Great, It sounds like we're on the same page that a review would be appropriate given the amount of time that's passed and the development that's been done :+1:

And just to clarify what pyOpenSci does that is different:

NickleDave commented 2 years ago

In addition to considering pyOpenSci, we have also recently submitted genomepy as a journal paper (preprint here: https://arxiv.org/abs/2209.00842).

Ok understood.
We have had pre-prints submitted before (see e.g. #26 ) but I think this is the first time someone has simultaneously submitted to pyOpenSci and a journal.

We just want to be sure we're handling this the right way.
@lwasser is checking in with contacts at JOSS and rOpenSci.
We will get back to you within a week.

There's also a bit of a question of whether people would cite the journal article, the version of the package that pyOpenSci reviewed, or both.
(Both can work! If you use a CITATION.cff :slightly_smiling_face:)

NickleDave commented 1 year ago

Hi @simonvh, one more update on this. In regards to publishing in other venues, we will be adopting the approach that rOpenSci takes, to avoid potential conflicts. From their guide:

.1.1 Publishing in other Venues

We strongly suggest submitting your package for review before publishing on CRAN or submitting a software paper describing the package to a journal. Review feedback may result in major improvements and updates to your package, including renaming and breaking changes to functions. We do not consider previous publication on CRAN or in other venues sufficient reason to not adopt reviewer or editor recommendations. Do not submit your package for review while it or an associated manuscript is also under review at another venue, as this may result on conflicting requests for changes.

I apologize that we did not previously have clear guidance in place. @lwasser is in the process of adding this language to our guidebook now.

Long story short:
We really appreciate that you want to support pyOpenSci.

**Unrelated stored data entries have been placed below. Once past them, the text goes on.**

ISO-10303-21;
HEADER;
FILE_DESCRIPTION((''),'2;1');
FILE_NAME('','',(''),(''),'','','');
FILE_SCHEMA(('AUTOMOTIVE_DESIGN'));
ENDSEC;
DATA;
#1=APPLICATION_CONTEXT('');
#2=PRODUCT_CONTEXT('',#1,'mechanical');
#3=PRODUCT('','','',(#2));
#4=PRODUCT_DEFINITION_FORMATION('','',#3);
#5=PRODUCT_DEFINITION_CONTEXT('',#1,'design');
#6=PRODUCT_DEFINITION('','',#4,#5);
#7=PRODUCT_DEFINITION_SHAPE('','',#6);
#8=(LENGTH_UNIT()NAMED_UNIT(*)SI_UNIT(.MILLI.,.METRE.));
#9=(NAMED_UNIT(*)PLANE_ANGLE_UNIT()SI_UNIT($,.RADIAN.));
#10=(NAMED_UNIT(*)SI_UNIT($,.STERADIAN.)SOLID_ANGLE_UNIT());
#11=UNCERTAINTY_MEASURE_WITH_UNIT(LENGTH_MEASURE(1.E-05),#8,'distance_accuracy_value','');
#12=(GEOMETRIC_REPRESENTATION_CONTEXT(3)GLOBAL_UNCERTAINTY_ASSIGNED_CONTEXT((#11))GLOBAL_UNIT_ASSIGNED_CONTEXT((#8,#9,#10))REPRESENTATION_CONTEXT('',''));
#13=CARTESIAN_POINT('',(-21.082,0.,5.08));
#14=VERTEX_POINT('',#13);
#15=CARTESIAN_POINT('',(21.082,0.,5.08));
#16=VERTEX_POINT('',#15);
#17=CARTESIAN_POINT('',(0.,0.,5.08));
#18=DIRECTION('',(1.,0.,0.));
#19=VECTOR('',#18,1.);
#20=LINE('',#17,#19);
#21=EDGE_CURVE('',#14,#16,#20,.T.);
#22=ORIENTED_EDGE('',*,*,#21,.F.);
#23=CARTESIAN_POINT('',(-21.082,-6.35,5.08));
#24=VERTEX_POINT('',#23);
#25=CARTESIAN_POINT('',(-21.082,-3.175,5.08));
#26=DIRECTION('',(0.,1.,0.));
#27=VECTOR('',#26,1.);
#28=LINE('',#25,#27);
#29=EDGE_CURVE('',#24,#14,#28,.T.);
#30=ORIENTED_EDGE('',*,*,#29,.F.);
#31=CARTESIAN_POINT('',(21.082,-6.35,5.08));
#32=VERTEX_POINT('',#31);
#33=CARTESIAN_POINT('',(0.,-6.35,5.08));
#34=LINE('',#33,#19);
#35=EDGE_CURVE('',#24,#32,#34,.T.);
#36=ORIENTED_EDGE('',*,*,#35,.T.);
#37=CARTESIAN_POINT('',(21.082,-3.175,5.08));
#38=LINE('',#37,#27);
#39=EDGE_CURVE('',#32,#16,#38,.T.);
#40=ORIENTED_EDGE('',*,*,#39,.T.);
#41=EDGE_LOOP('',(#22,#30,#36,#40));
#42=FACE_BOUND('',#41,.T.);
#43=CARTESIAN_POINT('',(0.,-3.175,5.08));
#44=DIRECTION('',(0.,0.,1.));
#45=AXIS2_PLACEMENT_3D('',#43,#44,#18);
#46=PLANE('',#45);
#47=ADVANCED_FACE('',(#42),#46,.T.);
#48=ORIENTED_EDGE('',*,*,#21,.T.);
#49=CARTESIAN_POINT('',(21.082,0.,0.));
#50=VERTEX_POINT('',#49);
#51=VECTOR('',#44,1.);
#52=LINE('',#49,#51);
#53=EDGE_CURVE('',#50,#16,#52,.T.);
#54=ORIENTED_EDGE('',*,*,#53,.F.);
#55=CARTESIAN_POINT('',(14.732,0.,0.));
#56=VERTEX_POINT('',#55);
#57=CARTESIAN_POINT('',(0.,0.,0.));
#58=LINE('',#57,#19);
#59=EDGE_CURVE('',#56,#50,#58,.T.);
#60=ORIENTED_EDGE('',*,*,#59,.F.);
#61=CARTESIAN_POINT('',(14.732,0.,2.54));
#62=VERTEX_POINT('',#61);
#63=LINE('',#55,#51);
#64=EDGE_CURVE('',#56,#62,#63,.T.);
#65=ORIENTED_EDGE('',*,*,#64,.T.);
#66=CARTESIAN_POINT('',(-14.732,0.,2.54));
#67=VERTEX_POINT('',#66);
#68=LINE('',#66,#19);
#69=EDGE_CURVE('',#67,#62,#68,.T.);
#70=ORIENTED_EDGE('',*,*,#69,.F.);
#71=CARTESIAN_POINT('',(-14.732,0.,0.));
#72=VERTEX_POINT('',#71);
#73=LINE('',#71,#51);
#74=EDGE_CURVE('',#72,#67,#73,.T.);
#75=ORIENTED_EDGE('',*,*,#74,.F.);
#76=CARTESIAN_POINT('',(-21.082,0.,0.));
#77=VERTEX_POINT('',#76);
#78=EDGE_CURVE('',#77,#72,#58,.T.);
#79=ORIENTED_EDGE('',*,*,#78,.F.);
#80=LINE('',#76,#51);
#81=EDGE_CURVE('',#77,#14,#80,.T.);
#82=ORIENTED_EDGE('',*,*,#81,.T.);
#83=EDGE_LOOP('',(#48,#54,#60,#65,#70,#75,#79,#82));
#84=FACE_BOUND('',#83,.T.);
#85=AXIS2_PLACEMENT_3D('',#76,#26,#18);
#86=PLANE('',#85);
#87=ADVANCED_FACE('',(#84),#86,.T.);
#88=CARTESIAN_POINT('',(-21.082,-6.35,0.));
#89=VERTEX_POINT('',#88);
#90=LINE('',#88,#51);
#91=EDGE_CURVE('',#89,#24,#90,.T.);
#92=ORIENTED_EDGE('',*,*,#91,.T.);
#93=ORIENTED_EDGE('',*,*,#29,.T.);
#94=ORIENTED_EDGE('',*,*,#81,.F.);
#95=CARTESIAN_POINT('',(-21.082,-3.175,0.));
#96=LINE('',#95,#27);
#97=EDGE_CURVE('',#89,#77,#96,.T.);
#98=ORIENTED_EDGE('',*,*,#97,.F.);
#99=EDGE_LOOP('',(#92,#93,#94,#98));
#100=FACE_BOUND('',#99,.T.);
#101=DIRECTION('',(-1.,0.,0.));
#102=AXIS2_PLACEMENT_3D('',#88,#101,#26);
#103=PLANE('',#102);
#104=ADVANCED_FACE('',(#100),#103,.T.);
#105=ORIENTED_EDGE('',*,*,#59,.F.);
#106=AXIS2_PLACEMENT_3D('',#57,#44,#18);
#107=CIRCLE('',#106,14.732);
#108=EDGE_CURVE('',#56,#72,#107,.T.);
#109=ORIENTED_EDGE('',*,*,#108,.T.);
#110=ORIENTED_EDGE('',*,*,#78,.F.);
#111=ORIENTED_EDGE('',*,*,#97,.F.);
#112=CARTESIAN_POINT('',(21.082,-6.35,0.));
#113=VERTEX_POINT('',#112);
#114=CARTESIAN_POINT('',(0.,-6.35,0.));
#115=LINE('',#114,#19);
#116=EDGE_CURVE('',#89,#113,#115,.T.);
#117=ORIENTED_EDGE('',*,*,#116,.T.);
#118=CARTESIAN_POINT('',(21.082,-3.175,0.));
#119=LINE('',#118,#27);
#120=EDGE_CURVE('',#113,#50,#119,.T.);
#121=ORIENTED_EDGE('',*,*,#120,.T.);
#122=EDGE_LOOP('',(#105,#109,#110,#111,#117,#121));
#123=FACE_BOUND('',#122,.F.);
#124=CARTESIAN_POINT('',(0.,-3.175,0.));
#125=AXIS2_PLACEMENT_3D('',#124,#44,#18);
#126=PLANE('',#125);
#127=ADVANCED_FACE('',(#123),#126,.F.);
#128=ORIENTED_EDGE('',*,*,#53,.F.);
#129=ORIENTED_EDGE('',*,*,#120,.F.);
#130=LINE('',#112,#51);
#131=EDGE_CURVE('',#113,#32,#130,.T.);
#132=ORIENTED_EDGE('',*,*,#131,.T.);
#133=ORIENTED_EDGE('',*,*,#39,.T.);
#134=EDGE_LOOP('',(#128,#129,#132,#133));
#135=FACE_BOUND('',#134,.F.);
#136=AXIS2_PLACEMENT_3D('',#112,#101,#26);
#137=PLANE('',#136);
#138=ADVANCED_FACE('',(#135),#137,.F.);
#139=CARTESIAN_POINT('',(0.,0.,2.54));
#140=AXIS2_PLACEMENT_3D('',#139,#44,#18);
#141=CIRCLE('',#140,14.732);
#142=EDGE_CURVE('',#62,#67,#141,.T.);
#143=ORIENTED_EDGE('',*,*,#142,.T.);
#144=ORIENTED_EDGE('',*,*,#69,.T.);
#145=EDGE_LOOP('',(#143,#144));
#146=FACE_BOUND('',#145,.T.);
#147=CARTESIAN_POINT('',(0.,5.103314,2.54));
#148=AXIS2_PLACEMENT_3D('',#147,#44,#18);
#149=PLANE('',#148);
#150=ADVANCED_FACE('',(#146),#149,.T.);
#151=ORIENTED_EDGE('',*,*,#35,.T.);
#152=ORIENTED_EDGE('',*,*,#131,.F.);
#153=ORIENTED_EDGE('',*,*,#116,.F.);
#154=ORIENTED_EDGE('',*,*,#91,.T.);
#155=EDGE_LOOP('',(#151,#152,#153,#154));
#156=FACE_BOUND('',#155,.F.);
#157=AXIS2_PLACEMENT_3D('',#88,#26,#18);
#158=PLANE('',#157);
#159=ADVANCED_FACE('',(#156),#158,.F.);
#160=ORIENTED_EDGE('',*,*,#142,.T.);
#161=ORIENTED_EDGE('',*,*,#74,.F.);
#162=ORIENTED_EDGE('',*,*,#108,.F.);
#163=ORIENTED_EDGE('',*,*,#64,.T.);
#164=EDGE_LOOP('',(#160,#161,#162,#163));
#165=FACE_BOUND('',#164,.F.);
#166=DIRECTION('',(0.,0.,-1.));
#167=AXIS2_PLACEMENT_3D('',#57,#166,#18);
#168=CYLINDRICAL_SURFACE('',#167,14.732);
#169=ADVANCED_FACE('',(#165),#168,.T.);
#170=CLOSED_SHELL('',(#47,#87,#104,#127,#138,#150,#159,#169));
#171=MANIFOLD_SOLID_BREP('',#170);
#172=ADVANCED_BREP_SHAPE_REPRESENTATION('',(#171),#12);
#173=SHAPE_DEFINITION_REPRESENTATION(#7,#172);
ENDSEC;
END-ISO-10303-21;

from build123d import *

# Parameters (mm, degrees)
F1_DEPTH = 2.54
F2_W     = 42.164
F2_H     = 6.35
F3_DEPTH = 5.08


with BuildPart() as f1:
    # F0 (on Top) → F1 (new body)
    with BuildSketch(Plane.XY):
        with BuildLine():
            Line((-14.732, 0), (14.732, 0))
            ThreePointArc((14.732, 0), (0, 14.732), (-14.732, 0))
        make_face()
    extrude(amount=F1_DEPTH)

    # F2 (on Top) → F3 (join)
    with BuildSketch(Plane.XY):
        with Locations((0, -3.175)):
            Rectangle(F2_W, F2_H)
    extrude(amount=F3_DEPTH)


solid = f1.part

We would definitely be more than happy to provide you with a review after the review process ends at the journal where you have currently submitted, especially if we can help you add a shiny new pyOpenSci badge to your repo and get more visibility for genomepy.

Please let me know if that's clear. I appreciate your understanding and patience as we figure out this process on the fly.

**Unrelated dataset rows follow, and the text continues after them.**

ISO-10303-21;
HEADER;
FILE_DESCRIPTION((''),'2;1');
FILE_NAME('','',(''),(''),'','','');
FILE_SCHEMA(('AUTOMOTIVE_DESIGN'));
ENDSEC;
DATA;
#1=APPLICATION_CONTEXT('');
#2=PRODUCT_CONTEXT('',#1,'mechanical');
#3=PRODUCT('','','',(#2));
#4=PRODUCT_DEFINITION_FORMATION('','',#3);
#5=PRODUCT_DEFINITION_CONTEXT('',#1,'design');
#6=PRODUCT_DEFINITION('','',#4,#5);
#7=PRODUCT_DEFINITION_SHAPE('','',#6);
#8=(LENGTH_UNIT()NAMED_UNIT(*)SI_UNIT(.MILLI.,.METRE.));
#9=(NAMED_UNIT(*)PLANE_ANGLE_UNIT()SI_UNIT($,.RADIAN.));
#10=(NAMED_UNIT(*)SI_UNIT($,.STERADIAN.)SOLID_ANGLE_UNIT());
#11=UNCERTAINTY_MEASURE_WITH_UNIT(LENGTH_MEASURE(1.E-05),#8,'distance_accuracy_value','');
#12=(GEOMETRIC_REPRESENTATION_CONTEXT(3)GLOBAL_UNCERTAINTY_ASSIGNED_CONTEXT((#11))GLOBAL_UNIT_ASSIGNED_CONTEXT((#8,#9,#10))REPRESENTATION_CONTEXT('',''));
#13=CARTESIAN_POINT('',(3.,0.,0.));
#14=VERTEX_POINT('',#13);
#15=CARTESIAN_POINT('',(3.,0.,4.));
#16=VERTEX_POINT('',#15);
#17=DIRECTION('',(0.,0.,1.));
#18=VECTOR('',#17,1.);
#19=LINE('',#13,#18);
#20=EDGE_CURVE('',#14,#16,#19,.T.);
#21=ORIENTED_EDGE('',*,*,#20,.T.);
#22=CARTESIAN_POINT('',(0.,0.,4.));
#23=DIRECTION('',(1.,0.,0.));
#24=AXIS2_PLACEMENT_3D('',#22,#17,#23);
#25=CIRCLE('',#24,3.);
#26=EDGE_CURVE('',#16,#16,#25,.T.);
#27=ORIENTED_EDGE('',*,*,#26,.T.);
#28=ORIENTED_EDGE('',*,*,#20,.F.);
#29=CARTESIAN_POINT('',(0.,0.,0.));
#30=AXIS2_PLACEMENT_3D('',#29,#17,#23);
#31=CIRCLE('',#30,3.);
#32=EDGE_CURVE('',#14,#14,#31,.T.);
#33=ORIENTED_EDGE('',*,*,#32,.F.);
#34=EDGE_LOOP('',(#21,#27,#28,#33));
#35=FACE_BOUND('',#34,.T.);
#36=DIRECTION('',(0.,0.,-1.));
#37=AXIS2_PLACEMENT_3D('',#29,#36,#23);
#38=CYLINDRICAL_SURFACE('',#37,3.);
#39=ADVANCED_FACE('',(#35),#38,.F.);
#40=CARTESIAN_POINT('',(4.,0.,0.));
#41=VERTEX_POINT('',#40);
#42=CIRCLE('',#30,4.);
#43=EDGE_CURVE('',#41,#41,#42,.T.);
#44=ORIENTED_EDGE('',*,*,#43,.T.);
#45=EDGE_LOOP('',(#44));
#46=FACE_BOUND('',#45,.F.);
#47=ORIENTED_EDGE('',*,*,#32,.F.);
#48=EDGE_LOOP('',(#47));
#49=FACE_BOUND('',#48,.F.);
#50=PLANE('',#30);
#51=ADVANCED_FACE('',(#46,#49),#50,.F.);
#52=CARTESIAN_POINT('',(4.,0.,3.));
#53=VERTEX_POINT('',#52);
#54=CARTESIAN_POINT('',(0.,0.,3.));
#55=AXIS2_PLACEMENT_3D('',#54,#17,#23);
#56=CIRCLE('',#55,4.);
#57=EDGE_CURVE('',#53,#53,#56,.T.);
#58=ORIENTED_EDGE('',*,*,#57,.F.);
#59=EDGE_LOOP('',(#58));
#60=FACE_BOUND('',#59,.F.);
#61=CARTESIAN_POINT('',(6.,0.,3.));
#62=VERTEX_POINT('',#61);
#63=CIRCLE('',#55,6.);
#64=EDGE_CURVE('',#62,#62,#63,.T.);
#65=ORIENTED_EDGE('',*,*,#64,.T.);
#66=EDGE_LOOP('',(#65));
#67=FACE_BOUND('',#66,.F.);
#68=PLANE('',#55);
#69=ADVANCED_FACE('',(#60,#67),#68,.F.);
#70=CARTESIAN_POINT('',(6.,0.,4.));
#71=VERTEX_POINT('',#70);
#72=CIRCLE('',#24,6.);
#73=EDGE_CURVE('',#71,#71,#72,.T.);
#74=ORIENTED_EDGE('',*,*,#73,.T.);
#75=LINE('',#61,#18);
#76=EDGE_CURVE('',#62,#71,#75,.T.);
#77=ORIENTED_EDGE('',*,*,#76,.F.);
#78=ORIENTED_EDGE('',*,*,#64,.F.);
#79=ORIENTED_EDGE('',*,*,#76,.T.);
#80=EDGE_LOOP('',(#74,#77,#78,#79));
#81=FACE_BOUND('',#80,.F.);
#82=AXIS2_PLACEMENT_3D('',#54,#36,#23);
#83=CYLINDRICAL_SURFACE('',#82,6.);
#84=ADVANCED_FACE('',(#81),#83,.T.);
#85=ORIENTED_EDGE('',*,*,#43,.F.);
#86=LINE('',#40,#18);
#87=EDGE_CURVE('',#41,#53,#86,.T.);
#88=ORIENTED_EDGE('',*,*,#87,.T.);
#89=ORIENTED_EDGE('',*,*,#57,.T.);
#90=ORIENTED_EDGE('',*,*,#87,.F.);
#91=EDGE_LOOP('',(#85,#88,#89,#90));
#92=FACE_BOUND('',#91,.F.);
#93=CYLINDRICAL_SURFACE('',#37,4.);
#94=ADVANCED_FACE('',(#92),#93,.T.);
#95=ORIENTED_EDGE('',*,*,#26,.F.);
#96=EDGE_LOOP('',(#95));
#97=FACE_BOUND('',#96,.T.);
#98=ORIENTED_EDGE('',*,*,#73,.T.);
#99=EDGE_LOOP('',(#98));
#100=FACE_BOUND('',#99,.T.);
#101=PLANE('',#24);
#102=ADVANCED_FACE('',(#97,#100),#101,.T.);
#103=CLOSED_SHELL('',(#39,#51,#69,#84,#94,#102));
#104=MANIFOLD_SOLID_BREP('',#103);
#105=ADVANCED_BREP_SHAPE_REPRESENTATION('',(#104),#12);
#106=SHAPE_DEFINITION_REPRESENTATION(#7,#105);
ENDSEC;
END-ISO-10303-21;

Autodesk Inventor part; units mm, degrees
ref_plane "YZ Plane" through (0, 0, 0) normal (1, 0, 0) x (0, 1, 0)
ref_plane "XZ Plane" through (0, 0, 0) normal (0, 1, 0) x (-1, 0, 0)
ref_plane "XY Plane" through (0, 0, 0) normal (0, 0, 1) x (1, 0, 0)
sketch "スケッチ1" plane through (0, 0, 0) normal (0, 0, 1) x (1, 0, 0)
  circle A0 centre (0, 0) radius 3
  circle A1 centre (0, 0) radius 4
  dimension "d0" = 6
  dimension "d1" = 8
extrude "押し出し1" add sketch "スケッチ1" along normal blind 3
sketch "スケッチ2" plane through (0, 0, 3) normal (0, 0, 1) x (1, 0, 0)
  circle A0 centre (0, 0) radius 6
  circle A1 centre (0, 0) radius 3 projected
  dimension "d4" = 12
extrude "押し出し2" add sketch "スケッチ2" along normal blind 1
properties part number "オイレスフランジ付き06080312,1t ドライメット" material "真鍮"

simonvh commented 1 year ago

HI @NickleDave, thanks and no worries! I understand that this all needs to be figured out. We'll wait, and I'll check back in at a later stage.

Just as an aside, I would personally love for venues like JOSS and pyOpenSci to also be sufficient as publication. At least going by the JOSS review, the review process is much more useful, technically informative and geared towards improving a software package. Less adversarial than the traditional review process as well. However, as far as visibility goes, it is (sadly) in the biosciences still no match for a Pubmed-indexed journal. So in that sense, double citations would I guess still be the way to go.

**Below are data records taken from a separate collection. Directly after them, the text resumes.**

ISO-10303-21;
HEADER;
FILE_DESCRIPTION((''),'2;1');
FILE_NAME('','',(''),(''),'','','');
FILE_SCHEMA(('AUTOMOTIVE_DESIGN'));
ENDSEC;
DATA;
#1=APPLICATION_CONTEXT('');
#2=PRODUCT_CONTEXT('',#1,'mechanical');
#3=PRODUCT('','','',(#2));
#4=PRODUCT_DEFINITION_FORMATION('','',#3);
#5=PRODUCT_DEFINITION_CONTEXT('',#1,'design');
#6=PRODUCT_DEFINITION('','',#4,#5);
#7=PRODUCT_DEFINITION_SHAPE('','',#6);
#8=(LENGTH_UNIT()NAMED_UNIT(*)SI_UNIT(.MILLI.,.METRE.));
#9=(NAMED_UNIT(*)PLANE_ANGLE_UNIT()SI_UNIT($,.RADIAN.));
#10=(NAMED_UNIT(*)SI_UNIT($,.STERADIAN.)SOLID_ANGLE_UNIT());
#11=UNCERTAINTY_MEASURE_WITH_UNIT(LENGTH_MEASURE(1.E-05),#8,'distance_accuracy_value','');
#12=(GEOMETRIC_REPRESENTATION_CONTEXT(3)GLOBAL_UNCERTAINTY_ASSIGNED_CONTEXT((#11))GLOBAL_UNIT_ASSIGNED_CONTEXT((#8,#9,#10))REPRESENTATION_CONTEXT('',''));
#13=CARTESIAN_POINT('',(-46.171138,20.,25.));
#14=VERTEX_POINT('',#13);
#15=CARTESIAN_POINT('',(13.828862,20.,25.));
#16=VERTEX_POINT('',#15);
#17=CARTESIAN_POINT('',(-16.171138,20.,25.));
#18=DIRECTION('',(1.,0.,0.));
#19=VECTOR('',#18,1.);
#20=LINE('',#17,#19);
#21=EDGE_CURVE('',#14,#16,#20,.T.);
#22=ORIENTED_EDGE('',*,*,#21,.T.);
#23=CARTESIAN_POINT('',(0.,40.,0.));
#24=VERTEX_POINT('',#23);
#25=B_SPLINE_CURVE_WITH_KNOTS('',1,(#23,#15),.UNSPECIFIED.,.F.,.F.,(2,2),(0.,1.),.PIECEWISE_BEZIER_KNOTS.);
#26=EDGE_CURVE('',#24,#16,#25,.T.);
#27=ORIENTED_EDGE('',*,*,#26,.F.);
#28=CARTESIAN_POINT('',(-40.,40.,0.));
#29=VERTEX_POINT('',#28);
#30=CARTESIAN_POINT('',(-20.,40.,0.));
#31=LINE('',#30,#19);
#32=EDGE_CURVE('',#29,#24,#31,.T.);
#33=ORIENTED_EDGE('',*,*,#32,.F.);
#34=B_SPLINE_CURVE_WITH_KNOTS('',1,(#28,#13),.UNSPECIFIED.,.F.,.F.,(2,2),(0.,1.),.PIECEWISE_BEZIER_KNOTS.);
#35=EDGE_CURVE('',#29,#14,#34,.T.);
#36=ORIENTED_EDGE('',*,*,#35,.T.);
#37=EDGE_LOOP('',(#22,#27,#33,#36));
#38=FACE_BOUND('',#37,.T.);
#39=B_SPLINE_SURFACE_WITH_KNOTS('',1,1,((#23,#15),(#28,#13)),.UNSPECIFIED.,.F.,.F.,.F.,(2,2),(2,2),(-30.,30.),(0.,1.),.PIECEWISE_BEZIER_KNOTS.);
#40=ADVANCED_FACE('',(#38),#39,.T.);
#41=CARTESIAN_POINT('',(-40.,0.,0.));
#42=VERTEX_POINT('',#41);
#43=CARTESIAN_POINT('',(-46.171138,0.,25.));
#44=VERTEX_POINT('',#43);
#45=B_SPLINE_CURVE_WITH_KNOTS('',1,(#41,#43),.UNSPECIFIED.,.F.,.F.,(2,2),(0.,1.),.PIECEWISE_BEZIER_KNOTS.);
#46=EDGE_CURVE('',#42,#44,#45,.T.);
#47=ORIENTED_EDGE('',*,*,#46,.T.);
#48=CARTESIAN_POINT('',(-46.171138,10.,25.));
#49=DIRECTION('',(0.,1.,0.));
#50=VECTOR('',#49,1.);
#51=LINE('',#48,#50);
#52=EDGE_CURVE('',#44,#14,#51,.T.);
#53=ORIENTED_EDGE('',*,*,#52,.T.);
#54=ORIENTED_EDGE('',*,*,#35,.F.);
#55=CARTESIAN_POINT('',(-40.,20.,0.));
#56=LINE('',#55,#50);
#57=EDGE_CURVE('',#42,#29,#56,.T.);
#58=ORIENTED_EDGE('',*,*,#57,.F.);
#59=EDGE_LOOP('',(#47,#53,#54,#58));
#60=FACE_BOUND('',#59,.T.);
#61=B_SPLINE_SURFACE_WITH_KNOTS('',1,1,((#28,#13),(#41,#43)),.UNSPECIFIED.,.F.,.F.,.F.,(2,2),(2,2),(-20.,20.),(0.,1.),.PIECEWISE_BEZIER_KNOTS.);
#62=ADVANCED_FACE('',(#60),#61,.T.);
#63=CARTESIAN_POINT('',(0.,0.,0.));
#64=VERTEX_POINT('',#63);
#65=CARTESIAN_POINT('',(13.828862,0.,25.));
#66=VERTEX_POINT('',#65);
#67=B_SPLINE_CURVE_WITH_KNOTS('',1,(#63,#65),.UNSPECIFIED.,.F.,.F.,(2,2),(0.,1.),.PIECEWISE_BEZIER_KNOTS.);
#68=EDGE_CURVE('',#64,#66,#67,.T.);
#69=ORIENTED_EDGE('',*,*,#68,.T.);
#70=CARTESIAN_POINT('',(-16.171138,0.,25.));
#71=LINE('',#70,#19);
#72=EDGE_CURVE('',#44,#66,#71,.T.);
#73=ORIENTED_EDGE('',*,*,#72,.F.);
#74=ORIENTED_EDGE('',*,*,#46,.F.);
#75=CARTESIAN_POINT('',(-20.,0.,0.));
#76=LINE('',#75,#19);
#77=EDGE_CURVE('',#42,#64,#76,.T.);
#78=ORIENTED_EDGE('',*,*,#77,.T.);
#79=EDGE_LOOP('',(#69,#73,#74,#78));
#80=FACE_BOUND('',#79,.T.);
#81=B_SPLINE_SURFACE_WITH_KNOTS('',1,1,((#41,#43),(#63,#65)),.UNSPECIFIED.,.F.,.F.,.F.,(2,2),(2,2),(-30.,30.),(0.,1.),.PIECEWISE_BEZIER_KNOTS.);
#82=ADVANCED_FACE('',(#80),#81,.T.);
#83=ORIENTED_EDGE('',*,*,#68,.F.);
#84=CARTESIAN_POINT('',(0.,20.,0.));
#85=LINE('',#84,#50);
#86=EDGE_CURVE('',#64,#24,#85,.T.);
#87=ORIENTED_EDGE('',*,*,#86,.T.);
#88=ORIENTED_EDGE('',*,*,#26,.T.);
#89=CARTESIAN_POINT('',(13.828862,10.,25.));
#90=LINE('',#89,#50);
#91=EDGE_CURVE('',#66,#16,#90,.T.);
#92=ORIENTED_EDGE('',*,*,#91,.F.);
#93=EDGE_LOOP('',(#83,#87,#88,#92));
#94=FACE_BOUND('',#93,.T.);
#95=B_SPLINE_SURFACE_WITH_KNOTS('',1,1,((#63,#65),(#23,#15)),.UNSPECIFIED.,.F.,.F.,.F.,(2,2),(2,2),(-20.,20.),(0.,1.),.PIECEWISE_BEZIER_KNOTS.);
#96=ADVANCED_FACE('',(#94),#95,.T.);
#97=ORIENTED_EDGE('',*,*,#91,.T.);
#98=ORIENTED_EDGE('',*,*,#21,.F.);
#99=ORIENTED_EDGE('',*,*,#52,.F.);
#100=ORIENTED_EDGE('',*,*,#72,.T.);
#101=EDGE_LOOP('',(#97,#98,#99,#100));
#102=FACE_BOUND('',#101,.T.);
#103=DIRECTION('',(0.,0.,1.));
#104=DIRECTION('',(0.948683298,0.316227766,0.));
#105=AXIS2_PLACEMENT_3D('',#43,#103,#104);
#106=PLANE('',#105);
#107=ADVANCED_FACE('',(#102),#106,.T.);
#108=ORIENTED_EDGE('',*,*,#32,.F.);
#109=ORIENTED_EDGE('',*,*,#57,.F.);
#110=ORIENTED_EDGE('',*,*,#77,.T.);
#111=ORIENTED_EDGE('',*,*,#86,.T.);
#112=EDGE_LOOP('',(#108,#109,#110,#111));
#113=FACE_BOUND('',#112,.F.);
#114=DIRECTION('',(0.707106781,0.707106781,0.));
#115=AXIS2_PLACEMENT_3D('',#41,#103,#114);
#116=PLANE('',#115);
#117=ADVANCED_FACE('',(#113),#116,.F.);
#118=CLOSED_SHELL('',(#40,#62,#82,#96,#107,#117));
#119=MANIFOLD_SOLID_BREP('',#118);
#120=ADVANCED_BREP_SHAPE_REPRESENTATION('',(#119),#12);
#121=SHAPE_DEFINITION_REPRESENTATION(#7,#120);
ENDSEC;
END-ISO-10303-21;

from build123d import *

# Parameters (mm, degrees)
F0_W = 40
F0_H = 40
F2_W = 60
F2_H = 20


with BuildPart() as f3:
    # F0 (on Top) → F3 section 0
    with BuildSketch(Plane.XY):
        with Locations((-20, 20)):
            Rectangle(F0_W, F0_H)
    # F2 (on offset) → F3 section 1
    with BuildSketch(Plane.XY.offset(25)):
        with Locations((-16.171138, 10)):
            Rectangle(F2_W, F2_H)
    loft()


solid = f3.part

I'll close the thread, we can always re-open in the future. Thanks for thinking along!

lwasser commented 1 year ago

@simonvh thank you so much for this feedback. I agree. RopenSci actually has agreements with several publications to allow their review to suffice for that publication's review. Then the publication can focus on the paper part and we focus on the technical part. Please feel free to mention this to the publication that you are working with as we are open to it. We have that type of agreement with JOSS - our review is much more python specific and we offer more things to maintainers such as supporting longer term maintenance and visibility in the scientific python community. So JOSS accepts our review as a part of their process if the package is in scope for them.

SO in short - bare with us as we figure things out. we've been running peer review for a few years but are just getting organized as a new independent organization. As such we have many partnerships to make and much to do!

You are WELCOME to submit to us after your review is done if you want ANOTHER review and the visibility of our platform behind you. And in the meantime send whomever our way to start discussions around the double review vs just accepting our reviews! leah at pyopensci.org is a good way to reach me if you have any other questions or thoughts as well!